And just like that we are closer to parenthood then we are away. 20 weeks down; 20 to go.
Let me repeat. 20 weeks to go!
The past 20 weeks have been…interesting to say the least. If you’ve read my previous blog you’ll know that I struggled my way through the first trimester and felt as if this pregnancy would last forever. Boy oh boy, have things changed.
Time is now flying by! I have to constantly remind myself that I’m pregnant because I’m feeling so great. I have almost as much energy as I did pre-pregnancy & the strive to do as many projects as I can before I’m either too big or tied down with a little babe to get anything done. There is so much baby proofing that we need to do prior to baby’s arrival & we are running out of time, literally! If anyone wants to come help I am gladly accepting invitations!
We had our 20-week anatomy scan and our little BOY is growing stronger and bigger each passing day. You will never know or feel so much weight being lifted off your shoulders knowing there are no “markers” on your scans to cause concern. Seeing scans of babes face, feet, spine, legs & arms makes all of this much more realistic. I constantly think to myself, there is an actual human growing inside of me. Eventually, he will be earthside and no longer safe inside of my womb. I am scared to death of failing as a parent but so excited to have the opportunity to raise him and see who he becomes. Who knows, maybe he will be the next president, astronaut, doctor or yogi.
It’s not all rainbows and butterflies though.
My body and mental state are changing dramatically in ways that I did not expect. While I am loving being pregnant and watching my body adjust to hold & nurture this little being inside of me, I am feeling a lot of guilt about watching the scale go up. I started this pregnancy weighing in at 125lbs and in a short 20 weeks have now topped out the scale at the highest I’ve ever been, 140lbs. Now, I know I’m supposed to gain weight during pregnancy. There’s a baby growing inside of me and I need more nutrients (roughly 400 extra calories a day) to support and help this baby reach its full potential. I can’t help but think…what if I can’t lose this weight after the baby is born? How much more weight am I going to gain.. will any of my pre-pregnancy clothes fit me again? I’ve always been slim and have never had a problem with gaining weight and being able to eat whatever I want…and now I feel like everything is about to change.
Along with the physical changes becoming more prominent, I am noticing some mental changes that are also starting to take place. At the beginning of my pregnancy, I felt as if I was going to be missing out on various activities due to my pregnancy. Weekend brunches, Friday nights on the town, Happy hours with co-workers. While I am theoretically “missing out” on these ventures, I am content and perfectly okay with it. I am choosing to not participate. Not out of sickness, not out of exhaustion, just because it’s not a priority of mine right now. The FOMO has started to dissipate and I am finding myself enjoying more time at home, nesting, relaxing & spending time with my husband and dogs. Now, that doesn’t mean I miss my friends. I miss them tremendously & feel a bit of guilt for going off the radar. I find myself changing from the friend that is physically always around & up for an adventure, to the friend you can depend on for emergencies, tough situations, & the occasional catch up over coffee or a cocktail, or mocktail in my case.

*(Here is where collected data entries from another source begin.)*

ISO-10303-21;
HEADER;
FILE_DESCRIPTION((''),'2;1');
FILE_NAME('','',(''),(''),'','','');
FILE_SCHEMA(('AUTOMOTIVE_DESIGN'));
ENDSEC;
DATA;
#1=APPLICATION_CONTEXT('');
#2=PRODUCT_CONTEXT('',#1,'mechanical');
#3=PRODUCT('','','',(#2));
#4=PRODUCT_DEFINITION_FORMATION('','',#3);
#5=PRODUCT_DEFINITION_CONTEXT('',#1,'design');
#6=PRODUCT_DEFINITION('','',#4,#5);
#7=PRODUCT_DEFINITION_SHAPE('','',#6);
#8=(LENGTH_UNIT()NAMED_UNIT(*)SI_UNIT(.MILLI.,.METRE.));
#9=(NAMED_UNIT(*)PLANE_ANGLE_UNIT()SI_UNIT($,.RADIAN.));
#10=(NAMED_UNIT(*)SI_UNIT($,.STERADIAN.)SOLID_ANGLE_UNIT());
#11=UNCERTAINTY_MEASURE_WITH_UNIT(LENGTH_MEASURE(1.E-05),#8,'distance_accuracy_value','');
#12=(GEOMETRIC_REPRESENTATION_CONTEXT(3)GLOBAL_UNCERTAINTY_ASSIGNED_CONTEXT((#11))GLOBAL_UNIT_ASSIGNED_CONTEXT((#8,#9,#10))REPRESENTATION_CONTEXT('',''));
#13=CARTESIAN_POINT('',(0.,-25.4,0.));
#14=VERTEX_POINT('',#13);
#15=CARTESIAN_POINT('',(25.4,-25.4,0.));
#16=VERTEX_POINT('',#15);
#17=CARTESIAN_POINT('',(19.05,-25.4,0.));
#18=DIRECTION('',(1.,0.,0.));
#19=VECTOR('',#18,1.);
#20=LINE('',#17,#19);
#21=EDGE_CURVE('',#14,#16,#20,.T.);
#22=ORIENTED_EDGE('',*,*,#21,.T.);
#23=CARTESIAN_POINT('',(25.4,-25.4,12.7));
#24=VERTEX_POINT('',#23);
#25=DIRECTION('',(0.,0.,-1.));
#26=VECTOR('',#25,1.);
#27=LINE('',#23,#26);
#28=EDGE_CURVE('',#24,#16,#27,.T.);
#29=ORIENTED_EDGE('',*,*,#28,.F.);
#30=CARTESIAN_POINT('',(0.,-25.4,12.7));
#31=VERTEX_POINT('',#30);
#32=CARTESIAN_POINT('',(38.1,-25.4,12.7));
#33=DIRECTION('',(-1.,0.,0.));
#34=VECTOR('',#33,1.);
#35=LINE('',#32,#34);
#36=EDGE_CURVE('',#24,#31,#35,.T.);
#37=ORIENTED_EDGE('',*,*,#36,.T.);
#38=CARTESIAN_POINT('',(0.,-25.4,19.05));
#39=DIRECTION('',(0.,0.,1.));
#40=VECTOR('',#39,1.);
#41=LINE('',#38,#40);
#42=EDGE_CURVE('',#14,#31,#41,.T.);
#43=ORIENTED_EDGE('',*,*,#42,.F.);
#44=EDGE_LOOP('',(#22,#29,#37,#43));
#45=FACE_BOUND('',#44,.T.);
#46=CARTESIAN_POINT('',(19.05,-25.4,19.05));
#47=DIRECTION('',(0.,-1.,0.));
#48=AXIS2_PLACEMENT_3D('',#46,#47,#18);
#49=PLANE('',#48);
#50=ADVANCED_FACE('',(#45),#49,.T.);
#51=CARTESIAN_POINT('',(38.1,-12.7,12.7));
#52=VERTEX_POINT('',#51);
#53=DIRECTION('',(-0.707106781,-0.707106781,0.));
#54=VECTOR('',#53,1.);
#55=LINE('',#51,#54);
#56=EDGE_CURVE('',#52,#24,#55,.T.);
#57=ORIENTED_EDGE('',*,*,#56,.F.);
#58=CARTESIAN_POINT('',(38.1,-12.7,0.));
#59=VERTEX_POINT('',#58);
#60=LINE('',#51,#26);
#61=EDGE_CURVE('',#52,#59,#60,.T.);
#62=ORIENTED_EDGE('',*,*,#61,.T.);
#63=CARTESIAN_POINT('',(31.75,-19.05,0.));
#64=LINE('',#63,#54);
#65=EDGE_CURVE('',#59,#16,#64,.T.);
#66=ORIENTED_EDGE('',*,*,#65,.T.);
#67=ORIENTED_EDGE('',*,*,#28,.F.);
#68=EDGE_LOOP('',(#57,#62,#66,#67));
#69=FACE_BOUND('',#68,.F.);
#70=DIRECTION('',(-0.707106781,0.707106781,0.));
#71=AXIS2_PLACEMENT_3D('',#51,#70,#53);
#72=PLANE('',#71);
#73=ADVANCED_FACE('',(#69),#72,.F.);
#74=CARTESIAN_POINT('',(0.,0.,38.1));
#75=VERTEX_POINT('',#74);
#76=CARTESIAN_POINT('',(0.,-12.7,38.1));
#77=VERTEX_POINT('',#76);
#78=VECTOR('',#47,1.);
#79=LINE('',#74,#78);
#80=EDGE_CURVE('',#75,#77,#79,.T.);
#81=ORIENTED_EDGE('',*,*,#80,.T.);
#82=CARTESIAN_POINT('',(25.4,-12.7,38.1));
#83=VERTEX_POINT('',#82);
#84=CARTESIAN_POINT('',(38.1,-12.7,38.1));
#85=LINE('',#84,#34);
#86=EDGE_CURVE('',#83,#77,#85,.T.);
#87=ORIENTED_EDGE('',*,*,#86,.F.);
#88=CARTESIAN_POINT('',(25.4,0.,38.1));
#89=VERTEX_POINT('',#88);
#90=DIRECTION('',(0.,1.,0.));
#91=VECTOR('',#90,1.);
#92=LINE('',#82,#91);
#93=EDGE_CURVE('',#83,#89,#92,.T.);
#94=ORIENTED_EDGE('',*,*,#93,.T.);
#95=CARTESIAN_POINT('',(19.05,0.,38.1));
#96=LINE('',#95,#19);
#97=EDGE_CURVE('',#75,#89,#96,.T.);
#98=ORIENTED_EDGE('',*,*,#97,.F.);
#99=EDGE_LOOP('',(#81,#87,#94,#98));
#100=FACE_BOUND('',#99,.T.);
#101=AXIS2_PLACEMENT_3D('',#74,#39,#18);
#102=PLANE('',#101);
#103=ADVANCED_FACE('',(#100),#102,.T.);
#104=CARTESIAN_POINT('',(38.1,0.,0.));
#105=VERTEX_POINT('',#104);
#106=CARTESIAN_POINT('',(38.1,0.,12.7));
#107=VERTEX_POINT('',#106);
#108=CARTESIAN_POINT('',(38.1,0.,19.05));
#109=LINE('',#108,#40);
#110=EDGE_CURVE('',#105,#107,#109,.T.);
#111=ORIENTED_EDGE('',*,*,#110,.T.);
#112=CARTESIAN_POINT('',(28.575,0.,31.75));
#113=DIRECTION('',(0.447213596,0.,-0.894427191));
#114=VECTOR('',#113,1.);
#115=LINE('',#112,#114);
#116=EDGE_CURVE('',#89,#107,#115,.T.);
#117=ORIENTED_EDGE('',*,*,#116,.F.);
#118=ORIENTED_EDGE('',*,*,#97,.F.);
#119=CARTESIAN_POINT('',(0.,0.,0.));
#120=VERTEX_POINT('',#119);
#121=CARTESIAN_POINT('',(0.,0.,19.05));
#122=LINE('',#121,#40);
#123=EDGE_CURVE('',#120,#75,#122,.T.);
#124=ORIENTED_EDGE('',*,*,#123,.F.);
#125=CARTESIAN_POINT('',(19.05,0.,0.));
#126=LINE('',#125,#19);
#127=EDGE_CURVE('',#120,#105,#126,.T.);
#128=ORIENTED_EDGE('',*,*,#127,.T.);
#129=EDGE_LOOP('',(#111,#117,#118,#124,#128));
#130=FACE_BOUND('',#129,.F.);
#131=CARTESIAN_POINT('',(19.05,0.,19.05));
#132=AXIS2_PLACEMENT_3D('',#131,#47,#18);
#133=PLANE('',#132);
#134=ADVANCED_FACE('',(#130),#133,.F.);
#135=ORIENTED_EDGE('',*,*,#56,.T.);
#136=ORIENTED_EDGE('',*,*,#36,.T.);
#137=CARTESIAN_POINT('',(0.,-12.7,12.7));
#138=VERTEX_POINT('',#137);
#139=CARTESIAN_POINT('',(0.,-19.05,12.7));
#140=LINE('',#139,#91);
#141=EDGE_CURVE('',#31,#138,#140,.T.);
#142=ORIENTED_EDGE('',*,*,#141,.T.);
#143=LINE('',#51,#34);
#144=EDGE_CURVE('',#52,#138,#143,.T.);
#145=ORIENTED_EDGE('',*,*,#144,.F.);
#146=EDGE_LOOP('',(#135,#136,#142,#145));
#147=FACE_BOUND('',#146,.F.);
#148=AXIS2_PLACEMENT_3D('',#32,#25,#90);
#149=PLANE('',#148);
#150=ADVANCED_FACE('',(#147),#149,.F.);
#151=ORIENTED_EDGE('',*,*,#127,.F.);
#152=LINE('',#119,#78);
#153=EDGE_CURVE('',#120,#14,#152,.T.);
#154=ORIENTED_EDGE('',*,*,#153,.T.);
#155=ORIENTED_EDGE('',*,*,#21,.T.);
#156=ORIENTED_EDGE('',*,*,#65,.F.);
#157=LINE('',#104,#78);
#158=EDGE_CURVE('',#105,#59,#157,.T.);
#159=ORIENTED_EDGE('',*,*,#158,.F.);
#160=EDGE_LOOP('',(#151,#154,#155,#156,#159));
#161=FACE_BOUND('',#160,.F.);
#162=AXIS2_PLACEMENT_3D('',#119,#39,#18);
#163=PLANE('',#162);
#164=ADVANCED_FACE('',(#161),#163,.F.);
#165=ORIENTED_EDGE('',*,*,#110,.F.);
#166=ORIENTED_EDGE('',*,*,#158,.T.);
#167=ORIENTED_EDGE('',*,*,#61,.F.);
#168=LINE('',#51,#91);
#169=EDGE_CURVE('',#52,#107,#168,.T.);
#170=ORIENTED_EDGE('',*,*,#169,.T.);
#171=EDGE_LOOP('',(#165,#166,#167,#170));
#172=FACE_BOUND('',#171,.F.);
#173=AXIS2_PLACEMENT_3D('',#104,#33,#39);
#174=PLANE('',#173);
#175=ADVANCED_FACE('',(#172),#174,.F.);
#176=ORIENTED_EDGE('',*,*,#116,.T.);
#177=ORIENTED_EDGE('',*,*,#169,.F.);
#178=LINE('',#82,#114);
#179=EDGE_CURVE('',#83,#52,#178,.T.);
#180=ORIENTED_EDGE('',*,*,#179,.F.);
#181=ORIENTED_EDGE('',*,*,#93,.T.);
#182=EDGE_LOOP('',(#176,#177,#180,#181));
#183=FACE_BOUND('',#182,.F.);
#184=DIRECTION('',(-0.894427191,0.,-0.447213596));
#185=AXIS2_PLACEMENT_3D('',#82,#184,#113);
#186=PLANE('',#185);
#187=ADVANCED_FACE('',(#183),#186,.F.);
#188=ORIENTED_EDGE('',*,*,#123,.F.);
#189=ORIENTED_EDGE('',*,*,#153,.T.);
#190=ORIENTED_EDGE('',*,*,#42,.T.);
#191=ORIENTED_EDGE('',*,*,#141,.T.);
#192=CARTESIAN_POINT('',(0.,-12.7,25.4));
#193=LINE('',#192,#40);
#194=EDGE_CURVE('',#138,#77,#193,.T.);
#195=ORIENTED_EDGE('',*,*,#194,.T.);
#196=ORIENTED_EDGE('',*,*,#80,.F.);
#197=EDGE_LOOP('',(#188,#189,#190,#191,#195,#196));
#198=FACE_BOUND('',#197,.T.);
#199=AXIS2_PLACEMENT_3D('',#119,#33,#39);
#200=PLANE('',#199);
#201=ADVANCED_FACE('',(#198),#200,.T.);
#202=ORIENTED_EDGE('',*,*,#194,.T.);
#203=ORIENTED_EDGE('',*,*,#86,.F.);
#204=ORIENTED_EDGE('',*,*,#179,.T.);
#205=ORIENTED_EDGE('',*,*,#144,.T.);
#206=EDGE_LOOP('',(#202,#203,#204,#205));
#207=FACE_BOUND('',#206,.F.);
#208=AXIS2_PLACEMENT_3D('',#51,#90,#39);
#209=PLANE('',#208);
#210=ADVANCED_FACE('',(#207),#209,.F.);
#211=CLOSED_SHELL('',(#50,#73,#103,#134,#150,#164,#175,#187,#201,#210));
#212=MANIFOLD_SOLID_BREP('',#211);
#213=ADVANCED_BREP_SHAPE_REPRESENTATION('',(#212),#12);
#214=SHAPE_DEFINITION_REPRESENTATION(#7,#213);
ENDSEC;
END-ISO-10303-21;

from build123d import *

# Parameters (mm, degrees)
F0_W     = 38.1
F0_H     = 38.1
F1_DEPTH = 25.4
F2_W     = 12.7
F2_H     = 25.4
F3_DEPTH = 38.1
F5_DEPTH = 25.4
F7_DEPTH = 25.4


with BuildPart() as f1:
    # F0 (on Front) → F1 (new body)
    with BuildSketch(Plane.XZ):
        with Locations((19.05, 19.05)):
            Rectangle(F0_W, F0_H)
    extrude(amount=F1_DEPTH)

    # F2 (on face) → F3 (cut)
    with BuildSketch(Plane.YZ.offset(38.1)):
        with Locations((-19.05, 25.4)):
            Rectangle(F2_W, F2_H)
    extrude(amount=-F3_DEPTH, mode=Mode.SUBTRACT)

    # F4 (on face) → F5 (cut)
    with BuildSketch(Plane.XY.offset(12.7)):
        Polygon((25.4, -25.4), (38.1, -25.4), (38.1, -12.7), align=None)
    extrude(amount=-F5_DEPTH, mode=Mode.SUBTRACT)

    # F6 (on face) → F7 (cut)
    with BuildSketch(Plane.XZ.offset(12.7)):
        Polygon((38.1, 12.7), (38.1, 38.1), (25.4, 38.1), align=None)
    extrude(amount=-F7_DEPTH, mode=Mode.SUBTRACT)


solid = f1.part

Another thing I have noticed is the nesting instinct is starting to kick in. Historically, I have NOT been the biggest clean freak. Living with 2 dogs, 1 of which that sheds A LOT; I have become okay with dog hair and dirt on the floors. I’m ok with dishes sitting in the sink & laundry in the washer. I’m not messy by any means but am ok with mess. Well… not anymore. I find myself vacuuming more often, sweeping & disinfecting the counters. I have gone through the baby clothes we have acquired almost weekly, just to fold, unfold to look at & fold again. I’m going through boxes of old stuff and decluttering as much as possible. Organizing cupboards in the kitchen & moving things around (even when it might not make that much sense to do so) I am DYING to get started on the nursery, however, we will be waiting until the middle of December to do so..which might actually kill me. I have already started designing, acquiring decor & dreaming about what the nursery will look like; I just hope I can bring my dreams alive in a month prior to the baby’s estimated arrival.
Overall, I LOVE being pregnant. I love the way I’m changing, inside & out. I feel like I’m really starting to turn into a mother and envision a life for my growing family that will be full of life, love & learning.